Homework 7 Solution

    1. Memory Interleaving(30 points)

A machine has a main memory of 4 KB, organized as 1 channel, 1 rank and N banks (where N > 1). The system does not have virtual memory.

    • Data is interleaved using a cache block interleaving policy, as described in lecture, where consecutive cache blocks are placed on consecutive banks.
    • The size of a cache block is 32 bytes. Size of a row is 128 bytes.

    • An open row policy is used, i.e., a row is retained in the row-buffer after an access, until an access to another row is made.

    • A row-buffer hit is an access to a row that is present in the row-buffer. A row-buffer miss is an access to a row that is not present in the row-buffer.

    a) For a program executing on the machine, accesses to the following bytes miss in the on-chip caches and go to memory.

0, 32, 320, 480, 4, 36, 324, 484, 8, 40, 328, 488, 12, 44, 332, 492 The row-buffer hit rate is 0%, i.e., all accesses miss in the row-buffer. What is the minimum value of N - the number of banks?




    b) For the same sequence, if the row-buffer hit rate for the same sequence were 75%, what would be minimum value of N - the number of banks?

    c) Could the row-buffer hit rate for the sequence be 100%? Why or why not? Explain. If yes, what is the minimum number of banks required to achieve a row-buffer hit rate of 100%?
    2. Memory Interleaving II (20 points)

A DRAM main memory system has N banks in one rank on one channel. A row is 256 bytes and a cache block is 64 bytes. Data is row-interleaved across banks using the following physical address bit scheme: (Row: Rank: Column: Byte Offset).

An open row policy is used, i.e., a row is retained in the row-buffer after an access until an access to another row is made. Initially, row 1024 is open in all banks in all channels.

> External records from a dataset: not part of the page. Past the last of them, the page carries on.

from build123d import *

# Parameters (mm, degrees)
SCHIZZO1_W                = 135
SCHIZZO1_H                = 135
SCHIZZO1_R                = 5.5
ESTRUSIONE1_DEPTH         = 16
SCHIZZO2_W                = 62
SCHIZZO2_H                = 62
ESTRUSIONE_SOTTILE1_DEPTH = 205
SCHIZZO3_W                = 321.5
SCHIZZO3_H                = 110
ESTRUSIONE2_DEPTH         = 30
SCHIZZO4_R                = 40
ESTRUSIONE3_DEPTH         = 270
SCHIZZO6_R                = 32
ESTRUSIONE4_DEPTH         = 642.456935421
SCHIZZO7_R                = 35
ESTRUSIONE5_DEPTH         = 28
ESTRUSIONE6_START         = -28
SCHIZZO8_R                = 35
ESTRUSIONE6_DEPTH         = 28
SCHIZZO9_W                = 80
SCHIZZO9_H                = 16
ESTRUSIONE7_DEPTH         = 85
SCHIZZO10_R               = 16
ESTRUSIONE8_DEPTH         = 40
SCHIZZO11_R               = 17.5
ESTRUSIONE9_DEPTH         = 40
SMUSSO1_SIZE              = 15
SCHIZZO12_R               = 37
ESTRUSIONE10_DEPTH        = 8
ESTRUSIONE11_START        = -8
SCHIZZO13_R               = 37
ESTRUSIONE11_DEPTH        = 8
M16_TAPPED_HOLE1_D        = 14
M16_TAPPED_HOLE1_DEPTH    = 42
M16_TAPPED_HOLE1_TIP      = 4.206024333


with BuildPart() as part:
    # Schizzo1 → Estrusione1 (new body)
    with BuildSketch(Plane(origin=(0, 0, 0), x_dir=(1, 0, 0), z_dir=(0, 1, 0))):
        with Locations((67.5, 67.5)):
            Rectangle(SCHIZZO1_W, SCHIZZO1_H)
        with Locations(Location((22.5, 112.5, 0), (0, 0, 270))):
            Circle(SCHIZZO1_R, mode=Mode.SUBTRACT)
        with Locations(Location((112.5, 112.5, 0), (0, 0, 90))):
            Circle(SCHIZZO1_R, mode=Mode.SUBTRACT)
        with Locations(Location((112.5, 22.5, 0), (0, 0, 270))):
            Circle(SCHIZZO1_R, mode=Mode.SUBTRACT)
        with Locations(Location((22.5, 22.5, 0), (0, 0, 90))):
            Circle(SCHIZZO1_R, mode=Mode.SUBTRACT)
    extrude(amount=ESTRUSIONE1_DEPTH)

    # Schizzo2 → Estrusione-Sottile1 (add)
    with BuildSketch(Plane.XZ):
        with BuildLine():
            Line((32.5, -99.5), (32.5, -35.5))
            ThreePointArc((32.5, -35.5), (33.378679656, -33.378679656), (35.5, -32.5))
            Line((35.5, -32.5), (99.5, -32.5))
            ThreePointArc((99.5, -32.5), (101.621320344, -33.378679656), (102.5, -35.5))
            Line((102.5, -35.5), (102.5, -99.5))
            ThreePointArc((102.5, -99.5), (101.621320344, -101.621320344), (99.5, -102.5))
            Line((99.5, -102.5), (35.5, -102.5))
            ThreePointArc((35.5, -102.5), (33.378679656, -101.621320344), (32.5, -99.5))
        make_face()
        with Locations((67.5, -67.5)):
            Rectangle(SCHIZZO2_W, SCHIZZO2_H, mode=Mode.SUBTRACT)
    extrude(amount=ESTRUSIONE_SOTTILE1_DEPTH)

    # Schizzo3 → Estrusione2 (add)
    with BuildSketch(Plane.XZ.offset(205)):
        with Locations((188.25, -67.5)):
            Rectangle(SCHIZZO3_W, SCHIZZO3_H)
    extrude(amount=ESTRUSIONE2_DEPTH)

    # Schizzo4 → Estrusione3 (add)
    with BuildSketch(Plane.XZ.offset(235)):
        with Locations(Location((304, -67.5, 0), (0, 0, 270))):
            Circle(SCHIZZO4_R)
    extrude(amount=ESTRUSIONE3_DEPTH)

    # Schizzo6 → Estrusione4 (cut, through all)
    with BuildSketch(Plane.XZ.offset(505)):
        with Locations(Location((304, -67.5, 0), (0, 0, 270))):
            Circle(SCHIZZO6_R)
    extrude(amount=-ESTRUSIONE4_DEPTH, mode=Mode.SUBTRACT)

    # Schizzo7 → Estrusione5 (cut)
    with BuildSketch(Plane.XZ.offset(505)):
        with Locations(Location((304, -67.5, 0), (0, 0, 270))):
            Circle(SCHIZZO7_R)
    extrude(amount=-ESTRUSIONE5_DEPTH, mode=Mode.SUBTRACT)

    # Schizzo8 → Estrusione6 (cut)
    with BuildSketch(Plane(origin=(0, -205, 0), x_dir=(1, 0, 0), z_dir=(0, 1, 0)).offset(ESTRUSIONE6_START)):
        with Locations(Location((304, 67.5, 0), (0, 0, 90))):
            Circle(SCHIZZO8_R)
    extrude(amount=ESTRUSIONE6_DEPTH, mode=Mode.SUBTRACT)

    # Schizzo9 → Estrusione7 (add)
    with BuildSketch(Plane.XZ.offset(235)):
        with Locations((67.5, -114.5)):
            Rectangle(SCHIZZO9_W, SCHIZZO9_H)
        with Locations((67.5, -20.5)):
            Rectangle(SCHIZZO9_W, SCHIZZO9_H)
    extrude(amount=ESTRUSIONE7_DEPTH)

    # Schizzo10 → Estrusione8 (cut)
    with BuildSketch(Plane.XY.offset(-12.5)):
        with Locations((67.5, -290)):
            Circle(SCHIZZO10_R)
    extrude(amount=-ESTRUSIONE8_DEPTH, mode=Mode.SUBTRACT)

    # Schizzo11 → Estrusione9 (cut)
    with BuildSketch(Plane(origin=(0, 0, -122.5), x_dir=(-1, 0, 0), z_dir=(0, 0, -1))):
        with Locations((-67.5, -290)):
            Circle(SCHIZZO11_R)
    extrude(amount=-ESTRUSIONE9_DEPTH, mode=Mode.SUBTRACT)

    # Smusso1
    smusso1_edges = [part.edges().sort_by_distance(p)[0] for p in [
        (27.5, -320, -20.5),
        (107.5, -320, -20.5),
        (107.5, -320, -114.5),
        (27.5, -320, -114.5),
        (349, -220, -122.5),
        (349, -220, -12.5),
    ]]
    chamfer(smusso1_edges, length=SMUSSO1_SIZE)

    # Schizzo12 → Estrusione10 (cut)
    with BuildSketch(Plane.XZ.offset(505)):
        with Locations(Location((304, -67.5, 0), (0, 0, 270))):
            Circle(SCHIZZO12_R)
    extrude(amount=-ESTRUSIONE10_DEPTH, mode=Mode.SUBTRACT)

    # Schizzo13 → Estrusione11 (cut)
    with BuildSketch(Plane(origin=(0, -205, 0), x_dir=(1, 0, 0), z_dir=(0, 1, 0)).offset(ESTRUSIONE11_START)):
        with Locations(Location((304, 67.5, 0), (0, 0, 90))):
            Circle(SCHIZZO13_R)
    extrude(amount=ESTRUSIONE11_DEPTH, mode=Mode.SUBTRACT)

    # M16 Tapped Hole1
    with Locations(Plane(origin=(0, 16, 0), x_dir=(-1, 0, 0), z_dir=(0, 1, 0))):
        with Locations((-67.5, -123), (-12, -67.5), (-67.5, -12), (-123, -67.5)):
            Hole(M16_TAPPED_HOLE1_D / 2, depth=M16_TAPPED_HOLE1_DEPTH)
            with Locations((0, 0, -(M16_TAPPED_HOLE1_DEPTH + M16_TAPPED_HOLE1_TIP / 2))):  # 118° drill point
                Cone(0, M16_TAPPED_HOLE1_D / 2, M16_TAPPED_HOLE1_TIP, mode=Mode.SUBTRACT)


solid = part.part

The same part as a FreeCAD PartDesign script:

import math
import FreeCAD as App
import Part
import Sketcher

V = App.Vector
Q = App.Units.Quantity


def edges_at(feature, points):
    """Names of the edges that pass closest to the given points."""
    edges = feature.Shape.Edges
    near = lambda p: min(range(len(edges)), key=lambda i: edges[i].distToShape(Part.Vertex(*p))[0])
    return sorted({f"Edge{near(p) + 1}" for p in points})


def add_polygon(sketch, points):
    """Adds a closed chain of lines whose ends are joined by coincident constraints."""
    first, n = sketch.GeometryCount, len(points)
    for a, b in zip(points, points[1:] + points[:1]):
        sketch.addGeometry(Part.LineSegment(App.Vector(*a, 0), App.Vector(*b, 0)), False)
    for i in range(n):
        sketch.addConstraint(Sketcher.Constraint("Coincident", first + i, 2, first + (i + 1) % n, 1))

doc = App.newDocument("Part")
body = doc.addObject("PartDesign::Body", "Body")

# Sketch on XZ plane
sketch1 = body.newObject("Sketcher::SketchObject", "Sketch")
sketch1.AttachmentSupport = (doc.getObject("XZ_Plane"), [""])
sketch1.MapMode = "FlatFace"
add_polygon(sketch1, [(0, -135), (0, 0), (135, 0), (135, -135)])  # lines 0-3
sketch1.addGeometry(Part.Circle(V(22.5, -22.5, 0), V(0, 0, 1), 5.5), False)  # 4
sketch1.addGeometry(Part.Circle(V(112.5, -22.5, 0), V(0, 0, 1), 5.5), False)  # 5
sketch1.addGeometry(Part.Circle(V(22.5, -112.5, 0), V(0, 0, 1), 5.5), False)  # 6
sketch1.addGeometry(Part.Circle(V(112.5, -112.5, 0), V(0, 0, 1), 5.5), False)  # 7
sketch1.addConstraint([
    Sketcher.Constraint("Vertical", 0),
    Sketcher.Constraint("Horizontal", 1),
    Sketcher.Constraint("Vertical", 2),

    a) Determine the total number of banks (across all channels) in the system given that the row-buffer hit rate on the following sequence of cache block numbers is 33.3% (1/3) Sequence:

0, 4, 8, 16, 32, 64, 128, 256, 128, 64, 32, 16, 8, 4, 0.



    b) For what total number of banks in the system will the row-buffer hit rate of this sequence be 7/15?
    3. Memory Basics (15 points)

    a) Which one needs refresh, SRAM or DRAM? Why?
    b) What are the typical page table entry fields and what is the function of each field?

    c) Where does page table locate? How to solve the slow page table lookup problem?
    d) When accessing the DRAM, does the access time remain unchanged?
    e) What does the bank access latency consist of (Hint: multiple cases to discuss)?
    4. Memory Organization (35 points)

Consider the following piece of code:

for(i = 0; i < 8; ++i){
for(j = 0; j < 8; ++j){
sum = sum + A[i][j];
}

}

The figure below shows an 8-way interleaved, byte-addressable memory. The total size of the memory is 4KB. The elements of the 2-dimensional array, A, are 4-bytes in length and are stored in the memory in column-major order (i.e., columns of A are stored in consecutive memory locations) as shown. The width of the bus is 32 bits(4 bytes), and each memory access takes 12 cycles.


a)    Since the address space of the memory is 4KB, 12 bits are needed to uniquely identify each memory location, i.e., Addr[11:0]. Specify which bits of the address will be used

for:


Byte offset: Addr[
1  :
0  ] (4 byte need 2 bits to differentiate)
Row Bits: Addr[
:
]
Bank Bits: Addr[
:
]
Rank Bits: Addr[
:
]

    b) How many cycles are spent accessing memory during the execution of the above code (Ignore the time spent on the bus)? Compare this with the number of memory access cycles it would take if the memory were not interleaved (i.e., a single 4-byte wide array).



    c) Can any change be made to the current interleaving scheme to optimize the number of cycles spent accessing memory? If yes, which bits of the address will be used to specify the byte on bus, interleaving, etc. (use the same format as in part a)? With the new interleaving scheme, how many cycles are spent accessing memory(Still assume the time spent on bus is ignored)? Remember that the elements of A will still be stored in column-major order.

Byte offset: Addr[
1  :
0  ] (4 byte need 2 bits to differentiate)
Row Bits: Addr[
:
]
Bank Bits: Addr[
:
]
Rank Bits: Addr[
:
]




    d) Using the original interleaving scheme, what small changes can be made to the piece of code to optimize the number of cycles spent accessing memory? How many cycles are spent accessing memory using the modified code(Still assume the time spent on bus is ignored)?